Im not a Judgemental person, but this person was different, he gave me a feeling which i knew wasn't good. A lot of people've come to pet my puppy but not like that man:thinking:. And the insecurity in my country has been getting worse and worse everyone carrys a gun nowdays.


----------



## Helios (Aug 29, 2010)

And I forgot to add that nowdays in my country you can't find a GSD that easily. The fact is GSD means money. And they're famous about their temperament which makes thief want them more. 

You get kill for a Blackberry.. I don't wanna imagine what'd thiefs do for a dog. This is depressing.


----------



## GSDElsa (Jul 22, 2009)

AH! KZoppa, definitely not a helpful comment considering the location of the OP...although I agree with you Oliver, I don't think the comment "everyone in Palestine needs manners" helps either.

Athotek, are you actually in Palestine or are you a Palenstinaian living outside of Gaza or the West Bank? If you are Palestinian outside on of the "hot beds" I think you'll be able to socialize him pretty well. Expecially if you're close to Tel Aviv. When I was tehre I was really impressed with the amount of well behaved pets people had and the number of dog parks that were available and all the dogs seemed so well socialized (what you want!).

You dog is just a BABY. You have to think about what a 3 year old child would have done when that happend--run off crying probably the best you could expect. 

Before he's mature, YOU are going to have to be his protector. He can't save you or himself. After that, as long as you find ways to socialize him and working extensively on training (google ides!!). It you do this, he will turn into a confident, sure of him self dog that develops REASONABLE protective instincts when there is danger. But I get him full grown is going to offer all the deterent that people will need.

Sorry this is happening and please don't take offense to some of the things being said.


----------



## Stosh (Jun 26, 2010)

Well said Elsa- you're doing a great job with your pup. How did you get so lucky to have a gsd? Did your parents get him for you? In many countries they're weapons, so glad you have him for a friend and protector- he'll return the favor that you gave him many times over. Do you have a picture of the two of you?


----------



## Shavy (Feb 12, 2009)

GSDElsa said:


> Athotek, are you actually in Palestine or are you a Palenstinaian living outside of Gaza or the West Bank?


Israel, people. "Palestine" no longer exists as a legal entity. It's the state of Israel. 

/rant



Stosh said:


> Well said Elsa- you're doing a great job with your pup. How did you get so lucky to have a gsd? Did your parents get him for you? In many countries they're weapons, so glad you have him for a friend and protector- he'll return the favor that you gave him many times over. Do you have a picture of the two of you?


GSDs are not uncommon in Israel (though for protection, Jewish Israelis - can't speak for Arabs - hugely prefer malinois over GSDs). Israel is a VERY dog-loving country.
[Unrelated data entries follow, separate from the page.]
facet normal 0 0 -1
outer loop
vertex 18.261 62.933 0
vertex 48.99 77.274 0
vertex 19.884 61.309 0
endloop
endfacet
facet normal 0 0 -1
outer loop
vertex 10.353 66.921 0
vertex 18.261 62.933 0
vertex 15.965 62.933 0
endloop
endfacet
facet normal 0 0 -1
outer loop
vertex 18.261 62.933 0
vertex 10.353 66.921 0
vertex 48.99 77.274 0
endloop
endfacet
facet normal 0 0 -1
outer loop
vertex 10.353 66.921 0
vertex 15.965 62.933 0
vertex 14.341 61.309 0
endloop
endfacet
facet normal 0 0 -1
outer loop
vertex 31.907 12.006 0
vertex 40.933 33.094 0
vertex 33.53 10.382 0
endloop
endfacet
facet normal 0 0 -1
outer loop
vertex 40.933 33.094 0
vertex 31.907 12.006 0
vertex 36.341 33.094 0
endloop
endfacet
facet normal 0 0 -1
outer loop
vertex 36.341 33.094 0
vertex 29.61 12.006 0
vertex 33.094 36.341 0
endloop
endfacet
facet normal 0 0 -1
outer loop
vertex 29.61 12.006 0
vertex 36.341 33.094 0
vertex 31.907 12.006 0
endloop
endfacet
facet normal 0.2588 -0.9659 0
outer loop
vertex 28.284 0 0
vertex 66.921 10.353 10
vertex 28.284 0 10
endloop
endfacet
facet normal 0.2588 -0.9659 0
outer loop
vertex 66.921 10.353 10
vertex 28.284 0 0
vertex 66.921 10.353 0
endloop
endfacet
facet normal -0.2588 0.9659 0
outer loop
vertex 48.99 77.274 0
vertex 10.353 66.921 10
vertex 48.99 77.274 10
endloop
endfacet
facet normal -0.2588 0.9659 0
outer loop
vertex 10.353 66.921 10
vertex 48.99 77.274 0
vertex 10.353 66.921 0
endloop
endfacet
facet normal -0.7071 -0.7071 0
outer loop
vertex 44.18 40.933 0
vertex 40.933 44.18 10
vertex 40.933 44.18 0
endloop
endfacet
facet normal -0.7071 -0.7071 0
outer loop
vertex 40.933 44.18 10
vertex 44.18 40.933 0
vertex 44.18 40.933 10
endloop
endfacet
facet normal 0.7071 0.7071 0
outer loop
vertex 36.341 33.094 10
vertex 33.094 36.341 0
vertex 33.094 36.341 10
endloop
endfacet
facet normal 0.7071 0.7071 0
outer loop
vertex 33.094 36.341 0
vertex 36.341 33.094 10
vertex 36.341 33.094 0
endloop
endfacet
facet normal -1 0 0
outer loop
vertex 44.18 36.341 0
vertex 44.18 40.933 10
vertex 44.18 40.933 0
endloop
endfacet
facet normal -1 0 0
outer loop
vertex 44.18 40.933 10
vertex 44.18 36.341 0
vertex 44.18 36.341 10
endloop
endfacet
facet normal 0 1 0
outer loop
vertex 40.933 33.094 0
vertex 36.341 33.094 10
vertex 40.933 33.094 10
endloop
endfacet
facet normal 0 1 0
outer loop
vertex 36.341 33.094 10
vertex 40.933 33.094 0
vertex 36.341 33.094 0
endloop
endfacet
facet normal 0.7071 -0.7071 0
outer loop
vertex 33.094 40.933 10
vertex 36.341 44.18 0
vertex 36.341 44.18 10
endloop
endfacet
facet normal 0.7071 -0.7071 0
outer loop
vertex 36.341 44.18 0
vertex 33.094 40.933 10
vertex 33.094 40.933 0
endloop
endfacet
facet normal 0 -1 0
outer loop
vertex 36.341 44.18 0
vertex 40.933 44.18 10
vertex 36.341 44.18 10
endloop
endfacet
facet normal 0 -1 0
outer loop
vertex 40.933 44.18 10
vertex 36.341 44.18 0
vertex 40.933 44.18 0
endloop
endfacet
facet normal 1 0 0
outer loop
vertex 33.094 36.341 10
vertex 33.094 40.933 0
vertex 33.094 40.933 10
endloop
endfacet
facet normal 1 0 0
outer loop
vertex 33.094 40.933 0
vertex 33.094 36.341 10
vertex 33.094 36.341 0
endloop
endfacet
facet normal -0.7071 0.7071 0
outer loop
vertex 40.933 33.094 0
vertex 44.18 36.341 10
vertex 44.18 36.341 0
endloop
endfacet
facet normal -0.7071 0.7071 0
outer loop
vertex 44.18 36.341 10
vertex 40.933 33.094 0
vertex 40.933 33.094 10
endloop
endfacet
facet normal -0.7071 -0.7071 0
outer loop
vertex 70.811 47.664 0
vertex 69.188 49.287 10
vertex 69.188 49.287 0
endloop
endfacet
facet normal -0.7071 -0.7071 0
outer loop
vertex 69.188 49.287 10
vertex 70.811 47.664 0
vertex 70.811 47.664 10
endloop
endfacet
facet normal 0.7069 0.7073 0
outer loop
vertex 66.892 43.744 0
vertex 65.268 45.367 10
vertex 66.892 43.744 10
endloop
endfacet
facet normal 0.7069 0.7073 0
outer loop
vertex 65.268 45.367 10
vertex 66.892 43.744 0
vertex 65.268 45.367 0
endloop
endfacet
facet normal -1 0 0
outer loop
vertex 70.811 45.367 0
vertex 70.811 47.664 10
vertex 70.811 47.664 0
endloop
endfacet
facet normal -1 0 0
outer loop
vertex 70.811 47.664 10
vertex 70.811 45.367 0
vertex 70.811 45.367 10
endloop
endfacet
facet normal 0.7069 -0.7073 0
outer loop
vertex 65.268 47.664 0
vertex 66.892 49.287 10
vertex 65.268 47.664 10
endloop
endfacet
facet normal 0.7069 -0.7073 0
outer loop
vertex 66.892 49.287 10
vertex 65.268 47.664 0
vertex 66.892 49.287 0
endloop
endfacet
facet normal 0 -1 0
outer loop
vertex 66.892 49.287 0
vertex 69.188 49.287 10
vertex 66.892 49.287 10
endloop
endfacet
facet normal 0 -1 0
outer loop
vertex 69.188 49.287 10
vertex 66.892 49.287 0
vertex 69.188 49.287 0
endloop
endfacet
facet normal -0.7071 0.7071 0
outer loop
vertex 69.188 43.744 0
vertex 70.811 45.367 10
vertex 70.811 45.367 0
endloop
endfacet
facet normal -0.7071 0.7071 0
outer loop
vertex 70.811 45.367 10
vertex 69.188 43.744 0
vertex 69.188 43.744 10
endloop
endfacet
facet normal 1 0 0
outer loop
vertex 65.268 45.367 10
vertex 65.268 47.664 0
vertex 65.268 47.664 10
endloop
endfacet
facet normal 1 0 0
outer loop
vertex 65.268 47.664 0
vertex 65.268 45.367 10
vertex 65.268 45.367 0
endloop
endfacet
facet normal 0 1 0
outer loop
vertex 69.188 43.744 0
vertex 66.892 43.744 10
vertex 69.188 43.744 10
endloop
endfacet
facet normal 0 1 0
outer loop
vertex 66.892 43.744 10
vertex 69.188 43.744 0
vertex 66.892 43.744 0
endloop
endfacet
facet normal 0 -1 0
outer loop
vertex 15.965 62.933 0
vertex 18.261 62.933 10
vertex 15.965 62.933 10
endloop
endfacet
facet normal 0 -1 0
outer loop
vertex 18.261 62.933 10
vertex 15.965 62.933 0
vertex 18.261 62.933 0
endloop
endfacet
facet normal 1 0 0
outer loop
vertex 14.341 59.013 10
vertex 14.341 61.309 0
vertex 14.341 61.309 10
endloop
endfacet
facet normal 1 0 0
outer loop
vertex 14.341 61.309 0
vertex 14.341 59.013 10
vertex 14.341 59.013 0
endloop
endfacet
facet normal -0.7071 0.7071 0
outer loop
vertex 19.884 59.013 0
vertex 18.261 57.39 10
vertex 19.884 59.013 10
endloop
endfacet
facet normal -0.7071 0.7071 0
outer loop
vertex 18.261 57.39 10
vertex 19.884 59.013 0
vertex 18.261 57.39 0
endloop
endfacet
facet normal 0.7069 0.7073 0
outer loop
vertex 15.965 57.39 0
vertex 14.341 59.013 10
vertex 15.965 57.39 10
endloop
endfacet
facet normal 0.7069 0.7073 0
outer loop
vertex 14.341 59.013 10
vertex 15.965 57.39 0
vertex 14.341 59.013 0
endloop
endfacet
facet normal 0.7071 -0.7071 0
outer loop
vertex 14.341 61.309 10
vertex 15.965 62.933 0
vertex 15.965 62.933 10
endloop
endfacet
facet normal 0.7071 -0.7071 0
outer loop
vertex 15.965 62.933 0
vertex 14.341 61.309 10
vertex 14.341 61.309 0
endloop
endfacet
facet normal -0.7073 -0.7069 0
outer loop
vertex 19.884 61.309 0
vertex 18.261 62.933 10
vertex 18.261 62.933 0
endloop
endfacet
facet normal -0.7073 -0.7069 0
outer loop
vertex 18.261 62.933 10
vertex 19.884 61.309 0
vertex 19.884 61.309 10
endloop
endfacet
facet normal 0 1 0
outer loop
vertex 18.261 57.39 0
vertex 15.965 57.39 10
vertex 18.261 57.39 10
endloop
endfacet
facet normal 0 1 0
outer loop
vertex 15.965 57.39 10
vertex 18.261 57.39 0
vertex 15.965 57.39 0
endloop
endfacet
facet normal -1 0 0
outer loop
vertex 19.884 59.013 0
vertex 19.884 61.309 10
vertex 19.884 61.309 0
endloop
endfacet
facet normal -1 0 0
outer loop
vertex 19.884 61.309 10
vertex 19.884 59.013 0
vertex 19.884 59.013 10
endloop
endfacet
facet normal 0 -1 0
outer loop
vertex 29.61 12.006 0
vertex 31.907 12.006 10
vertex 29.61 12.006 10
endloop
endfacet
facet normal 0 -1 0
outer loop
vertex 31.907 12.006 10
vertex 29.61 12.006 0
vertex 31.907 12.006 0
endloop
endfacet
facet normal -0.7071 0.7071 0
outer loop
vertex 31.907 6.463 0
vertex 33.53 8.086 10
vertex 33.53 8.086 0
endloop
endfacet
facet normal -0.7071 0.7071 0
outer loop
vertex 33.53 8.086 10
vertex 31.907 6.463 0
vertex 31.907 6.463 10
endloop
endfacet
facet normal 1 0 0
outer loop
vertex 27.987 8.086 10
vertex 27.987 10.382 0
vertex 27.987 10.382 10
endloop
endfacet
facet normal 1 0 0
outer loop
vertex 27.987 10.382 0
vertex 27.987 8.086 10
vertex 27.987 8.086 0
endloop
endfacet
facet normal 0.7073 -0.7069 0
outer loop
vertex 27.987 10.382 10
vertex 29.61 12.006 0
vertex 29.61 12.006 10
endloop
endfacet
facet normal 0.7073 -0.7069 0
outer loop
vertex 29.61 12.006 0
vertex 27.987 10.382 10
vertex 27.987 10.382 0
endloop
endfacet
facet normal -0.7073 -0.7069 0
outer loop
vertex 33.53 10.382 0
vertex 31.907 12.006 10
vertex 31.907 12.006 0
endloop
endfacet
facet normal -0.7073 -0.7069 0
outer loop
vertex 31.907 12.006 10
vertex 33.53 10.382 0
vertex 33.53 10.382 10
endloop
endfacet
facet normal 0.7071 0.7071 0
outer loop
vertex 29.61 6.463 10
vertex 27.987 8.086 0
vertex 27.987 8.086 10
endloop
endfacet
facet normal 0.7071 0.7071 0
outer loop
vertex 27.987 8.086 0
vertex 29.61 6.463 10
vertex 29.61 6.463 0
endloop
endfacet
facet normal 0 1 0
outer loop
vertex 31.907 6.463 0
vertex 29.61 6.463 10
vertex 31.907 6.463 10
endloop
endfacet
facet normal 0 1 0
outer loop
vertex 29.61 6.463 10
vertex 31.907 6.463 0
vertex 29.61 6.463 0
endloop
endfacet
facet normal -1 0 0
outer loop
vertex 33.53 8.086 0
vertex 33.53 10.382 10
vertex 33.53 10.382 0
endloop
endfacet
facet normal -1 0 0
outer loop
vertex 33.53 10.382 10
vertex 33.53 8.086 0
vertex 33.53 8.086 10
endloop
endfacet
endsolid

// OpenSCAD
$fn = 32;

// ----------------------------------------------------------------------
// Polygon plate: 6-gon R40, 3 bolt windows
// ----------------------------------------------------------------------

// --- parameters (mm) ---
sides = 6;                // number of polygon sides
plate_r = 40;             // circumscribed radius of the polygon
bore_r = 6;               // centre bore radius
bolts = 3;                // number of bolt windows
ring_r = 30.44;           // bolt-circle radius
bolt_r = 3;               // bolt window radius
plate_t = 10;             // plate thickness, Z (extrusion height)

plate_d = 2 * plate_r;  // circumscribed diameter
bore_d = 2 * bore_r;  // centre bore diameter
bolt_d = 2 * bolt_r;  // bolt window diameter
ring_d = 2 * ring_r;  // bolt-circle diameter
I can't speak for Arab neighborhoods or attitude, but if someone wants a GSD in Israel, they can certainly find them.


----------



## KZoppa (Aug 14, 2010)

well i apologize that my comment seems to have offended a great many people and i could really care less WHERE the OP is. We all fight so hard to keep our dogs and have this breed respected and then someone, doesnt matter where they are, comes on this board asking how they can train a 4 month old puppy to bite! Seriously?! Come on now. I understand not every country is like the US but are you kidding me?! THIS to me was a huge indicator of yet another person giving GSDs a bad reputation because of HOW they want to use the dog. I understand the OP loves his dog and doesnt live in the greatest area but expecting a 4 month old pup to be something more than a CHILD until maturity tells me they know nothing about dogs in general. AND there is even no promises the dog would even BE protective when the time came anyway! Forgive me for being offended over this.


----------



## W.Oliver (Aug 26, 2007)

GSDElsa said:


> ...although I agree with you Oliver, I don't think the comment "everyone in Palestine needs manners" helps either..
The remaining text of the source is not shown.